Integrating RAG and Reasoning for the Realization of a Concrete Driving Scenario within an LLM-Based Framework
作者:Majid Jegarian, Shahrzad Hanifehbakkheyrabadi, Jonas Freyer, Katharina Bause, Tobias Düser · 年份:2025 · DOI:10.1109/iavvc61942.2025.11219551 · 被引用次数:1 · 研究领域:Autonomous Vehicle Technology and Safety、Human-Automation Interaction and Safety、Modeling and Simulation Systems
This paper presents an end-to-end framework that leverages Large Language Models (LLMs) to generate simulation-ready driving scenarios from natural language input, addressing key limitations in automated vehicle (AV) validation processes. Existing tools for scenario generation often lack scalability, semantic rigor, and the capacity for hierarchical, multi-step reasoning required for scenario concretization.
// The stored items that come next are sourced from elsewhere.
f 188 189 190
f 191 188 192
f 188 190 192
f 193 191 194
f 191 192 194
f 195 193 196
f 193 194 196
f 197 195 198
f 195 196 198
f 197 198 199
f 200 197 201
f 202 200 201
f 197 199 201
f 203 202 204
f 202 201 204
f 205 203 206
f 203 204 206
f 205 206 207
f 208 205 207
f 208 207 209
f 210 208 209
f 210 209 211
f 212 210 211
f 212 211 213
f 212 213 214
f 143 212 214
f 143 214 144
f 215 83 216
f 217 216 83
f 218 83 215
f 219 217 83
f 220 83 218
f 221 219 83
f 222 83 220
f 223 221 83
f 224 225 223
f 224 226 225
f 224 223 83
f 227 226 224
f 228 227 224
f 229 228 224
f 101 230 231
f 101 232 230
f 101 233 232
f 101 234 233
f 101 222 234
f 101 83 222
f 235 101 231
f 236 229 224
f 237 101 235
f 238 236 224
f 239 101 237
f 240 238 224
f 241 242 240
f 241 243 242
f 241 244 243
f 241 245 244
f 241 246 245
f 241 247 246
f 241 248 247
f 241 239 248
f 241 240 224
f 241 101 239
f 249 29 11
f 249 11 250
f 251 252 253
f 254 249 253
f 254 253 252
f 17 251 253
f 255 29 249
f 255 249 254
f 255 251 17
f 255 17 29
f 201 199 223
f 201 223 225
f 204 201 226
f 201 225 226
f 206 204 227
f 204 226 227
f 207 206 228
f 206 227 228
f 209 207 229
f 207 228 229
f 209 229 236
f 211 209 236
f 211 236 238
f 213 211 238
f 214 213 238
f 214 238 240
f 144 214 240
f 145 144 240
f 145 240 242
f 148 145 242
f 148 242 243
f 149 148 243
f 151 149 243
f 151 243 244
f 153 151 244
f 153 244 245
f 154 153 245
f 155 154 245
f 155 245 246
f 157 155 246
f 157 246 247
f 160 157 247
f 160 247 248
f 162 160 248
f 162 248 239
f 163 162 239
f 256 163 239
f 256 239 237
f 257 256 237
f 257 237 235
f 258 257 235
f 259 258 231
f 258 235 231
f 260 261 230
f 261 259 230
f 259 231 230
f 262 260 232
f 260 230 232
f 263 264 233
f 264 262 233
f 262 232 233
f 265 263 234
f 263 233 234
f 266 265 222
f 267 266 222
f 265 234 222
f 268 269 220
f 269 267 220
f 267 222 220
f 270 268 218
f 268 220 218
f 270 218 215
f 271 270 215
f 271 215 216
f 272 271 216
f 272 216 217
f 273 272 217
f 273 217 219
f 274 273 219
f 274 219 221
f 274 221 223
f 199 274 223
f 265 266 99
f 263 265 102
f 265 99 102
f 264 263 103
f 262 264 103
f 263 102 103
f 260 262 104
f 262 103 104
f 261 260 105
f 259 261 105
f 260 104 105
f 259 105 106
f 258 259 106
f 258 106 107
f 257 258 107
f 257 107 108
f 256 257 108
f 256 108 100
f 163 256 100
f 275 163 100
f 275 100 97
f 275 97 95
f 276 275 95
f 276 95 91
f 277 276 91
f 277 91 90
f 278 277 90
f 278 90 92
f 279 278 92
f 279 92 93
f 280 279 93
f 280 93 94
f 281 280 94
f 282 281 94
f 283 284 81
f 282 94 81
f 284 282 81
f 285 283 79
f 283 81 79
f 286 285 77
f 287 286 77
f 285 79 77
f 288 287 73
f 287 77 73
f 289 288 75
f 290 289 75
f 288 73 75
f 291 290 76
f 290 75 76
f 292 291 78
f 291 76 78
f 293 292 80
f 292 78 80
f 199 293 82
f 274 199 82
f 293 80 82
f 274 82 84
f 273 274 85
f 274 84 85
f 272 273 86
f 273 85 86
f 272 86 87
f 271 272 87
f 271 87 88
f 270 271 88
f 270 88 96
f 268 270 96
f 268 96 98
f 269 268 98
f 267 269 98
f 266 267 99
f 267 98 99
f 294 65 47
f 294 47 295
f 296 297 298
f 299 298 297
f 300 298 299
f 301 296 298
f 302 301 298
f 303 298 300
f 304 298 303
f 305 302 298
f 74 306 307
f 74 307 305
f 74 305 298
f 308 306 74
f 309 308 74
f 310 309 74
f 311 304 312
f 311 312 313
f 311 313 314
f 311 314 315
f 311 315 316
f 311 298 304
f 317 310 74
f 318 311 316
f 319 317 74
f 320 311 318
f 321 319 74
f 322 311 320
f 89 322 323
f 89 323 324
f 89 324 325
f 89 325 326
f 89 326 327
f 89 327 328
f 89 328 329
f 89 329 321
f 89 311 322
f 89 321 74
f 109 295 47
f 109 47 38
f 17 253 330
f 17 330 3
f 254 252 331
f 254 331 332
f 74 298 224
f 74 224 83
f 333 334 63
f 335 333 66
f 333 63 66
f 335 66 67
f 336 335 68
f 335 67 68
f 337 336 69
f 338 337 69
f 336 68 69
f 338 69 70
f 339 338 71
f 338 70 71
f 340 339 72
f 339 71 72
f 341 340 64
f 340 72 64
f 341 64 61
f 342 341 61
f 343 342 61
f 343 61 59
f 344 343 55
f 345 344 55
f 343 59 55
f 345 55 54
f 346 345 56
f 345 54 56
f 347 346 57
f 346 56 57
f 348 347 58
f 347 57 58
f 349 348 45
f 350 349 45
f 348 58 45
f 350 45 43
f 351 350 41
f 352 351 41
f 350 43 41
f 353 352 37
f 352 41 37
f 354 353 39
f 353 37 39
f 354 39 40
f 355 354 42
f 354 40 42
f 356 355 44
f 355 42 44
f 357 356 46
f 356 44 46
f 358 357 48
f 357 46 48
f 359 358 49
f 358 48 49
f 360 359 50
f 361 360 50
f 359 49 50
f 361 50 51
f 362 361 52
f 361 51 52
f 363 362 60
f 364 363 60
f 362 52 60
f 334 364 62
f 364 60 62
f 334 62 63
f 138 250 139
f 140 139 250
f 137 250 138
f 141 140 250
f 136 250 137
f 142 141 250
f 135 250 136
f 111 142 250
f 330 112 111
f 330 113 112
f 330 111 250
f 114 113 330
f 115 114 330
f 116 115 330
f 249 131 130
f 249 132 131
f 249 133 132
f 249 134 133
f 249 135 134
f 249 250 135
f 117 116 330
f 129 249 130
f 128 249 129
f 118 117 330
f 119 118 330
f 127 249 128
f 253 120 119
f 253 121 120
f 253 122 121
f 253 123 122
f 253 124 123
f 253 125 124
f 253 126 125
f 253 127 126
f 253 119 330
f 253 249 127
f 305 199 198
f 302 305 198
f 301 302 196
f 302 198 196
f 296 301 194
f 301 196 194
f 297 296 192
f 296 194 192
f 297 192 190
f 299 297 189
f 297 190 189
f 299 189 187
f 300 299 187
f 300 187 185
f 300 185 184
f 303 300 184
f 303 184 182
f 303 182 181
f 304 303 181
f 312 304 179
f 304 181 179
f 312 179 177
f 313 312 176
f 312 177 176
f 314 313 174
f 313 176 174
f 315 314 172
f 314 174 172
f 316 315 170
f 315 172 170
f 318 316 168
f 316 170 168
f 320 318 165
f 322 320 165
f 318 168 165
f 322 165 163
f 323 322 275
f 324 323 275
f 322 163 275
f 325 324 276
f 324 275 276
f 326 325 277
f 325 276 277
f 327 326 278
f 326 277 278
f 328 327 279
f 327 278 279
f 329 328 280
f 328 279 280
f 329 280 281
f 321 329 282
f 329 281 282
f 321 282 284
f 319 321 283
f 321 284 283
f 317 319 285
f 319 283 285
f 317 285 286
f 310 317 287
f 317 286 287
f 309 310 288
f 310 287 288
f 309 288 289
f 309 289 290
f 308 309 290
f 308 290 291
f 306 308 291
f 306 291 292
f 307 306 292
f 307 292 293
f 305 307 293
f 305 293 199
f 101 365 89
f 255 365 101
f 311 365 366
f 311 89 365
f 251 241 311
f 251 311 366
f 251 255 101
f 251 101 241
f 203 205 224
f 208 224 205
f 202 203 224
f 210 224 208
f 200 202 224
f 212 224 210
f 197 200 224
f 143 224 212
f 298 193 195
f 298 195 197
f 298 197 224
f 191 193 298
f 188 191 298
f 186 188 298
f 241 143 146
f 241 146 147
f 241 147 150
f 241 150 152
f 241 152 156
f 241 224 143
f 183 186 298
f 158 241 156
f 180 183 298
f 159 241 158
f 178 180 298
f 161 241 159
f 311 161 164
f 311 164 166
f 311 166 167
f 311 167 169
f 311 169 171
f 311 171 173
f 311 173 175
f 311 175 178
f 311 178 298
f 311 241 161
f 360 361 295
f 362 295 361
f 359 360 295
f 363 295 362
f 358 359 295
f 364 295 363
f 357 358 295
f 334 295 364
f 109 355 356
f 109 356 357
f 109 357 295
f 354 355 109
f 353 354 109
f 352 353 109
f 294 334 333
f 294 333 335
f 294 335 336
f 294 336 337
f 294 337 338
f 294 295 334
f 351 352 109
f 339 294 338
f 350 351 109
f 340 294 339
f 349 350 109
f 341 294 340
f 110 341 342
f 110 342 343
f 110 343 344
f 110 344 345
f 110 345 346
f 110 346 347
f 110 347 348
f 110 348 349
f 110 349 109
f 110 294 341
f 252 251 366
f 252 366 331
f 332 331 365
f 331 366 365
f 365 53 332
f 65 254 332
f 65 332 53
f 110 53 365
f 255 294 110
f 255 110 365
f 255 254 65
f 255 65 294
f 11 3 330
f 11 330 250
The proposed approach translates high-level natural language prompts into fully specified, executable scenarios through a reasoning-enhanced LLM pipeline that integrates Retrieval-Augmented Generation (RAG), Chain-of-Thought (CoT) prompting, and structured selfevaluation. Abstract scenarios are systematically refined into parameter-complete, logically coherent representations suitable for direct execution in industry-standard simulators. The framework generalizes across scenario specification formats by dynamically extracting and applying structural constraints from formal documentation. Experimental results demonstrate that the system produces syntactically valid and semantically consistent scenarios without manual intervention. This work contributes a scalable, automation-driven approach to scenario generation that bridges high-level user intent and fully executable simulation files for AV testing.